Autonomous mode allows a GPS-equipped companion radio to operate as a standalone GPS beacon without a phone or app connected. When enabled, the device periodically broadcasts #TEL: telemetry messages on a configured channel so other nodes can track it on the map.

Command Code Description
CMD_GET_AUTONOMOUS_SETTINGS 75 Read the currently persisted autonomous tracker settings.
CMD_SET_AUTONOMOUS_SETTINGS 76 Write autonomous tracker settings. Requires a GPS unit to be present.

Settings:

Field Type Description
autonomous_enabled uint8_t 0 = disabled, 1 = enabled.
autonomous_channel_hash uint8_t First byte of the target channel's hash. Telemetry is sent on this channel.
autonomous_interval_sec uint16_t Minimum send interval in seconds (range: 10–3600, default: 30).
autonomous_min_distance_m uint16_t Minimum movement in metres before triggering an early send (0 = interval-only, max: 5000).

Behaviour:

  • The device only sends a telemetry update when a valid GPS fix is available.
  • Updates are triggered by time interval and/or minimum distance moved since the last send (Haversine formula).
  • When autonomous mode is active, incoming chat and channel messages are silently dropped β€” the node acts as a tracker only, not a chat device.
  • The splash screen and home screen both display "Team Edition" and an "AUTONOMOUS" status indicator when the mode is active.
  • Message preview screens are suppressed in autonomous mode.

Telemetry payload (#TEL: format):
An 11-byte binary struct (latitude, longitude, battery voltage, phone battery, forward status) is Base64-encoded and sent as the text of a group message: #TEL:<base64>.


πŸ”’ GPS Fix Validation

A hasValidGpsFix() helper ensures that GPS data is only acted on when a live, valid fix is available.

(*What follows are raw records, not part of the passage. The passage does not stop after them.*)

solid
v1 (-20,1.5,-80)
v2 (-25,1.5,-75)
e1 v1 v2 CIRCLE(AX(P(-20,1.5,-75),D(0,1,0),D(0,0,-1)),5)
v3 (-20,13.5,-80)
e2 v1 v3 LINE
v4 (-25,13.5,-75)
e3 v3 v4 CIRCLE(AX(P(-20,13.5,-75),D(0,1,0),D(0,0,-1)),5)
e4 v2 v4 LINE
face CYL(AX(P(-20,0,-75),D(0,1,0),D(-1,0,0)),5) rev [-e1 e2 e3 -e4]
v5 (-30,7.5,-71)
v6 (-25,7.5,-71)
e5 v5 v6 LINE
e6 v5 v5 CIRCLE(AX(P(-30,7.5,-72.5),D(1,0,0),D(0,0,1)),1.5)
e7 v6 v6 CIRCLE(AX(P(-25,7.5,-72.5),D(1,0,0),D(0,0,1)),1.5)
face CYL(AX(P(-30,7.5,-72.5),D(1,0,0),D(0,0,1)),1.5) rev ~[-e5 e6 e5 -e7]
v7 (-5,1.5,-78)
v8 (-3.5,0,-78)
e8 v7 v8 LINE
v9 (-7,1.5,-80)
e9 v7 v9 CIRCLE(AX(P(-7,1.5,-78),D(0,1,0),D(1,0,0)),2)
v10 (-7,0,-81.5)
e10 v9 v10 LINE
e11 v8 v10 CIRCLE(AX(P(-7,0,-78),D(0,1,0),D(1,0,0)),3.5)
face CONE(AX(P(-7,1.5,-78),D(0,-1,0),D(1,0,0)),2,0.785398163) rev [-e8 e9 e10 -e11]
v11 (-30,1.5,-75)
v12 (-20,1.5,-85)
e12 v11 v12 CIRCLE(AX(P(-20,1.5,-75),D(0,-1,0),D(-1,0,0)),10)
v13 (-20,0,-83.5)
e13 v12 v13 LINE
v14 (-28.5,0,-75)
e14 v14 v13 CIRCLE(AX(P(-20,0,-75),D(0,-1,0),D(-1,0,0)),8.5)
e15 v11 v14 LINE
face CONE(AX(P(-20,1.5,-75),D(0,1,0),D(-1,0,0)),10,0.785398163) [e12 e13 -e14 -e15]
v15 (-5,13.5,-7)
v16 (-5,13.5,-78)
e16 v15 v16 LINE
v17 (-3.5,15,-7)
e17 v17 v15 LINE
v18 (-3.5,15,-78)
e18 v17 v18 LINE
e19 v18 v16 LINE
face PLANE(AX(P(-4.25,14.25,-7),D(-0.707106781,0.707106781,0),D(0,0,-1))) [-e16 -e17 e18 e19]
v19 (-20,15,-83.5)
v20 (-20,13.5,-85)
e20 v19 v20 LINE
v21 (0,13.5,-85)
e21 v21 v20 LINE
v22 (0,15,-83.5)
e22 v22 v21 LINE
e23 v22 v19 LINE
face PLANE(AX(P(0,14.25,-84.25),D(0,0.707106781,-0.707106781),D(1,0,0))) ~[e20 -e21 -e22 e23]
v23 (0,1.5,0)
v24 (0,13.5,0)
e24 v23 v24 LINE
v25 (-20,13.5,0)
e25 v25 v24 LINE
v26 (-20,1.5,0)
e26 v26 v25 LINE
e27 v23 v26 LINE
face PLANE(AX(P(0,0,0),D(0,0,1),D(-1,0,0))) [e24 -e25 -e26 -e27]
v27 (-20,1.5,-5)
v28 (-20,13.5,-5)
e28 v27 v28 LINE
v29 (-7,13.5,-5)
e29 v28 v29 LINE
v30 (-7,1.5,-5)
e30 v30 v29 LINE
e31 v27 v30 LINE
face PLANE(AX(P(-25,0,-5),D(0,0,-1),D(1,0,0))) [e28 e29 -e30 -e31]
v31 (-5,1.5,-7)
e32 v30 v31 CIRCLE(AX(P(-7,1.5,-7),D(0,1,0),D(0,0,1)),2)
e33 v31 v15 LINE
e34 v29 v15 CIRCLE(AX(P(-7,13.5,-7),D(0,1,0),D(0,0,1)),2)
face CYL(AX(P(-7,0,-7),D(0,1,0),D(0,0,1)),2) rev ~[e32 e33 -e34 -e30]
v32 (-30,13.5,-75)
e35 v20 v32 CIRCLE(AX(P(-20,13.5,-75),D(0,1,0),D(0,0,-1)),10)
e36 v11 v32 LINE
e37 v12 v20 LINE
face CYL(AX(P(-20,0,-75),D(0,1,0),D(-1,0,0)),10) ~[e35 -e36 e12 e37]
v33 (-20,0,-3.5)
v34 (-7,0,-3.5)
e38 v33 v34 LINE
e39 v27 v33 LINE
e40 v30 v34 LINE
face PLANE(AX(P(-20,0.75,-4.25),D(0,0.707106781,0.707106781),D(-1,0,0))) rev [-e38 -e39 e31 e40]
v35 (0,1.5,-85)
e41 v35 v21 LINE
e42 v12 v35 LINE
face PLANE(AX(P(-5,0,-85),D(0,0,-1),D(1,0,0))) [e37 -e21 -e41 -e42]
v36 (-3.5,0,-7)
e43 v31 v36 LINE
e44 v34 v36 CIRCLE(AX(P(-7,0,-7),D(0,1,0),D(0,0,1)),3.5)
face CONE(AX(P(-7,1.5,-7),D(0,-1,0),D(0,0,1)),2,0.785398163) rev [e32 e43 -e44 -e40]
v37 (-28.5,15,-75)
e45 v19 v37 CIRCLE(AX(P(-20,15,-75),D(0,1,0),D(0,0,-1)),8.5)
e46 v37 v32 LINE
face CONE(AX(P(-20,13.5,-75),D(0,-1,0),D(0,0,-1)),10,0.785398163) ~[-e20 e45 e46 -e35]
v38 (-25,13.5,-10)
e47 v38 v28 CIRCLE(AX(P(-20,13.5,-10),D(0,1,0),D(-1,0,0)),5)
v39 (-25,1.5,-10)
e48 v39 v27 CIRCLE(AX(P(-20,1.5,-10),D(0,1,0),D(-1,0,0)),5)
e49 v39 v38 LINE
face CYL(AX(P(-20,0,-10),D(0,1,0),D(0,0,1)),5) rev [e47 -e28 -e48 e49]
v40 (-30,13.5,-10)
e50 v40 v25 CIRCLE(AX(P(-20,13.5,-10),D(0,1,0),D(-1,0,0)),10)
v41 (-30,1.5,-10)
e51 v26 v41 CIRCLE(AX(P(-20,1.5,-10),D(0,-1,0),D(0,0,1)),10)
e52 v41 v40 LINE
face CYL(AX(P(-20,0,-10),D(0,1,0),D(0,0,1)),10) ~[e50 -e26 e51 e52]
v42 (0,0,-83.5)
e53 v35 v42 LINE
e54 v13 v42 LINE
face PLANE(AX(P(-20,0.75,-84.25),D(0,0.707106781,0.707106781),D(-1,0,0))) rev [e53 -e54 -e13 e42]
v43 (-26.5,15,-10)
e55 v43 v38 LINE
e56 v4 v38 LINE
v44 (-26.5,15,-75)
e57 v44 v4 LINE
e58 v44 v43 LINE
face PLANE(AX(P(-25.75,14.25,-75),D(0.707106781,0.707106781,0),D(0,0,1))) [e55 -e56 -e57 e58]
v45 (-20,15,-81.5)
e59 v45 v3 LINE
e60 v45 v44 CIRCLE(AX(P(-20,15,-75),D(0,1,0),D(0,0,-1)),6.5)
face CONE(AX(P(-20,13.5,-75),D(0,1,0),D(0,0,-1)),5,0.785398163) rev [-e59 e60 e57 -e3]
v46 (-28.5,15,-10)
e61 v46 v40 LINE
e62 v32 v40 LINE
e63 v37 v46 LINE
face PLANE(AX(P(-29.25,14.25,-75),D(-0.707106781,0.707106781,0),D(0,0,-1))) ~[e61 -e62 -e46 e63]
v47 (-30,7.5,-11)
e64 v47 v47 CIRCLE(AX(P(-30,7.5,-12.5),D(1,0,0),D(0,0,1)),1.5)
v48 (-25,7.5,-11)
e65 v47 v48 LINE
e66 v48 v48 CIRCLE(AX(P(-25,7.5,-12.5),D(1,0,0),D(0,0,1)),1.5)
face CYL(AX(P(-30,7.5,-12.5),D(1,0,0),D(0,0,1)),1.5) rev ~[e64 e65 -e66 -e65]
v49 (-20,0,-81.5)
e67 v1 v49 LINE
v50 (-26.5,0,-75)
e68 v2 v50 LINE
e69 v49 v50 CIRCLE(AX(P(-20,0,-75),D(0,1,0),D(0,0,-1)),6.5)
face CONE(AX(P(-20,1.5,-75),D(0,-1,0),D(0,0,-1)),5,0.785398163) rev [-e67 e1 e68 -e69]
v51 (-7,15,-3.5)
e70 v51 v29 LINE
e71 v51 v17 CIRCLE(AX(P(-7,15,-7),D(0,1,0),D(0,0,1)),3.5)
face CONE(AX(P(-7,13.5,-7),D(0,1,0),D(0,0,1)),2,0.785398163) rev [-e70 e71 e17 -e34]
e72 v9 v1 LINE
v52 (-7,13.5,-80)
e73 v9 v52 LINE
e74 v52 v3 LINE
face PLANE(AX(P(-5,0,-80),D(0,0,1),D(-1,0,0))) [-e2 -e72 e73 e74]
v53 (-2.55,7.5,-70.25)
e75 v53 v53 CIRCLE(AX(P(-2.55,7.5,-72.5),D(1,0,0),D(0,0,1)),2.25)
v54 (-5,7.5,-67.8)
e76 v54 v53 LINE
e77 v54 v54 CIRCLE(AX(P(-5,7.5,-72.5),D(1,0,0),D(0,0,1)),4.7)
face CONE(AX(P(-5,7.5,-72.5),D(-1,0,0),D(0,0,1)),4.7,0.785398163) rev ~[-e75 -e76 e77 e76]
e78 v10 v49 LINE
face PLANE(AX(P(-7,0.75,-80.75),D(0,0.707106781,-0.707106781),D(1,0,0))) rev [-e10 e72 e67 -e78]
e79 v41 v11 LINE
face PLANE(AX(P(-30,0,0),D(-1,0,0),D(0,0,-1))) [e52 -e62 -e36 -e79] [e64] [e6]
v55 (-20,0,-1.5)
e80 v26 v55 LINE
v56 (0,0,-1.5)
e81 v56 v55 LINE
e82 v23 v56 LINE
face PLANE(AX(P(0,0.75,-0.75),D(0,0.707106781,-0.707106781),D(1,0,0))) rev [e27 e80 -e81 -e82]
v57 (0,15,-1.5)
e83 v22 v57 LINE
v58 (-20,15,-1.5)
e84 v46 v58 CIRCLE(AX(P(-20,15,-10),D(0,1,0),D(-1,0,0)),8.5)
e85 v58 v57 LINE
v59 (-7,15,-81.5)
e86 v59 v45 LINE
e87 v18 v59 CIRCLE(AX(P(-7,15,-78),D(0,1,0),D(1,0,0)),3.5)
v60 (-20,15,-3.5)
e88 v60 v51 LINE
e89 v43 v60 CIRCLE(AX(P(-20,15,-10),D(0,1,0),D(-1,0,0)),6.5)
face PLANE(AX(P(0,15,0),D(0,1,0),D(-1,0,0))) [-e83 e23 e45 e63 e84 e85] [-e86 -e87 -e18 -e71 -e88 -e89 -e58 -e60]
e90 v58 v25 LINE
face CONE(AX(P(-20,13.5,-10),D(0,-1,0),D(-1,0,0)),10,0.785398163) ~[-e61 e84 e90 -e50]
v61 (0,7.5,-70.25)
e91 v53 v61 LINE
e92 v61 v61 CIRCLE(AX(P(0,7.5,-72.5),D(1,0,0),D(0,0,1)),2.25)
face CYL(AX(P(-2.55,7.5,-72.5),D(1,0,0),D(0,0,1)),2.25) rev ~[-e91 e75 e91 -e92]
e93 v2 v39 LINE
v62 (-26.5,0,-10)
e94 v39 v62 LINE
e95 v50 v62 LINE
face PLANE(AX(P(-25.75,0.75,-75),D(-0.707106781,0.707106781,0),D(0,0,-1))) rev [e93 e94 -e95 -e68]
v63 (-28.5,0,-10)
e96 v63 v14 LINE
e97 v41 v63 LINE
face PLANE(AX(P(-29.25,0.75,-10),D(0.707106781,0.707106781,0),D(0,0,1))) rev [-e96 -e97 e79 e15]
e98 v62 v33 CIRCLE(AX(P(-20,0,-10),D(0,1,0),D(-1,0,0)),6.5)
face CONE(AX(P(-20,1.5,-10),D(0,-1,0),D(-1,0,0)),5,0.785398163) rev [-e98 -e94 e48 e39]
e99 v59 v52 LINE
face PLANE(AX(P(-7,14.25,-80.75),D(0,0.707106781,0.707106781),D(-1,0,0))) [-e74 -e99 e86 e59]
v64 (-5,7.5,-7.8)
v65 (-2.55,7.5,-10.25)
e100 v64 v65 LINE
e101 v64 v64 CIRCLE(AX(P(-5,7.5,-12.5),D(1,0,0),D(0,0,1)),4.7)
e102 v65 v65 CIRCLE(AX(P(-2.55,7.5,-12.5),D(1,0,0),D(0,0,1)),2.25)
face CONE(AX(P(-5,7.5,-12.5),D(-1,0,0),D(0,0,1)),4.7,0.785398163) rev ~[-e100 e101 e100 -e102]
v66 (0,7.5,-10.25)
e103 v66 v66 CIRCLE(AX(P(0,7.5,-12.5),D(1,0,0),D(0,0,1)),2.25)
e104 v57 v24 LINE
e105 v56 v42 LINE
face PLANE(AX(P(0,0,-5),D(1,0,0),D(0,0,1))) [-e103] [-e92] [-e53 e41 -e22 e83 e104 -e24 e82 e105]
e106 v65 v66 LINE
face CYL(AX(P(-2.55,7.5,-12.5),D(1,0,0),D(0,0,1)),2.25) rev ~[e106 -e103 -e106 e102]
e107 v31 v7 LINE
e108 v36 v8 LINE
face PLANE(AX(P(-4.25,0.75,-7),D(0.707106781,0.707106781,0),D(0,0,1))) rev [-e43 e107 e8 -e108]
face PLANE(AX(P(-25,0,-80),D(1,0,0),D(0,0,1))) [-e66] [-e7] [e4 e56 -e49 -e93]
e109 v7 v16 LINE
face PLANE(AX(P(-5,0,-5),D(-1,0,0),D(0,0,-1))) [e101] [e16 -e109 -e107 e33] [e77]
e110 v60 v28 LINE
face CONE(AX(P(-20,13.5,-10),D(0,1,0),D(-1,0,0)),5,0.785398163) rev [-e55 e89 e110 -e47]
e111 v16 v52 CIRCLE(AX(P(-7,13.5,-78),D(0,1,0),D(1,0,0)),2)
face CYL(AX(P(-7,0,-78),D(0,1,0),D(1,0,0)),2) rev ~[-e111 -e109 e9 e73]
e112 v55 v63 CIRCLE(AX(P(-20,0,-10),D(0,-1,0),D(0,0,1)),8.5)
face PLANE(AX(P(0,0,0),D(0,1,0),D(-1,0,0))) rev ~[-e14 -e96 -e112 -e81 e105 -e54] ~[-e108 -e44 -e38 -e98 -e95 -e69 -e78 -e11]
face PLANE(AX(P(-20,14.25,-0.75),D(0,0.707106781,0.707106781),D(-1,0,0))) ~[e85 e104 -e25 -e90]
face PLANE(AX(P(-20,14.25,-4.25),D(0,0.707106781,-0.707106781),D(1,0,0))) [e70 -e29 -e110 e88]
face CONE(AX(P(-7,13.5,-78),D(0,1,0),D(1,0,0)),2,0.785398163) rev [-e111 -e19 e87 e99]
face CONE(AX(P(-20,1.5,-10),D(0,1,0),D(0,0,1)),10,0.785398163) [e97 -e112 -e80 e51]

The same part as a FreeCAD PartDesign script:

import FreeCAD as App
import Part
import Sketcher

V = App.Vector


def edges_at(feature, points):
    """Names of the edges that pass closest to the given points."""
    edges = feature.Shape.Edges
    near = lambda p: min(range(len(edges)), key=lambda i: edges[i].distToShape(Part.Vertex(*p))[0])
    return sorted({f"Edge{near(p) + 1}" for p in points})

doc = App.newDocument("Part")
params = doc.addObject("Spreadsheet::Sheet", "Params")
for row, (alias, value) in enumerate([
    ("sketch1_width", "30 mm"),
    ("sketch1_height", "85 mm"),
    ("pad1_length", "15 mm"),
    ("fillet_radius", "10 mm"),
    ("fillet2_radius", "5 mm"),
    ("fillet3_radius", "2 mm"),
    ("sketch2_diameter", "4.5 mm"),
    ("hole_diameter", "4.5 mm"),
    ("hole_depth", "5 mm"),
    ("hole_csink_diameter", "9.4 mm"),
    ("sketch3_diameter", "3 mm"),
    ("hole2_diameter", "3 mm"),
    ("hole2_depth", "25 mm"),
    ("chamfer_size", "1.5 mm"),
    ("chamfer2_size", "1.5 mm"),
], start=1):
    params.set(f"A{row}", alias)
    params.set(f"B{row}", "=" + value)
    params.setAlias(f"B{row}", alias)

body = doc.addObject("PartDesign::Body", "Body")

sketch1 = body.newObject("Sketcher::SketchObject", "Sketch")
sketch1.AttachmentSupport = (doc.getObject("XZ_Plane"), [""])
sketch1.MapMode = "FlatFace"
sketch1.addGeometry([
    Part.LineSegment(V(0, 0, 0), V(0, -85, 0)),
    Part.LineSegment(V(0, -85, 0), V(-30, -85, 0)),
    Part.LineSegment(V(-30, -85, 0), V(-30, 0, 0)),
    Part.LineSegment(V(-30, 0, 0), V(0, 0, 0)),
    Part.LineSegment(V(-5, -5, 0), V(-25, -5, 0)),
    Part.LineSegment(V(-25, -5, 0), V(-25, -80, 0)),
    Part.LineSegment(V(-25, -80, 0), V(-5, -80, 0)),
    Part.LineSegment(V(-5, -80, 0), V(-5, -5, 0)),
], False)
sketch1.addConstraint([
    Sketcher.Constraint("Coincident", 0, 2, 1, 1),
    Sketcher.Constraint("Coincident", 1, 2, 2, 1),
    Sketcher.Constraint("Coincident", 2, 2, 3, 1),
    Sketcher.Constraint("Coincident", 3, 2, 0, 1),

This prevents stale or invalid coordinates from being transmitted.


πŸ”„ Device Name Change Triggers Hard Reset

When the device's advertised name is changed via CMD_SET_ADVERT_NAME, a hardware reset (board.hardReset()) is performed automatically so the new BLE advertising name takes effect immediately.


πŸ’Ύ Backward-Compatible Preferences Storage

New Team Edition preferences (flood_max, autonomous_enabled, autonomous_channel_hash, autonomous_interval_sec, autonomous_min_distance_m) are appended to the existing preferences file using optional reads, maintaining full backward compatibility with devices running older firmware.

🎯 What Can You Use MeshCore For?

  • Off-Grid Communication: Stay connected even in remote areas.
  • Emergency Response & Disaster Recovery: Set up instant networks where infrastructure is down.
  • Outdoor Activities: Hiking, camping, and adventure racing communication.
  • Tactical & Security Applications: Military, law enforcement, and private security use cases.
  • IoT & Sensor Networks: Collect data from remote sensors and relay it back to a central location.

πŸš€ How to Get Started

For developers;

The Simple Secure Chat example can be interacted with through the Serial Monitor in Visual Studio Code, or with a Serial USB Terminal on Android.

⚑️ MeshCore Flasher

We have prebuilt firmware ready to flash on supported devices.

  • Launch https://flasher.meshcore.co.uk
  • Select a supported device
  • Flash one of the firmware types:
    • Companion, Repeater or Room Server
  • Once flashing is complete, you can connect with one of the MeshCore clients below.

πŸ“± MeshCore Clients

Companion Firmware

The companion firmware can be connected to via BLE, USB or WiFi depending on the firmware type you flashed.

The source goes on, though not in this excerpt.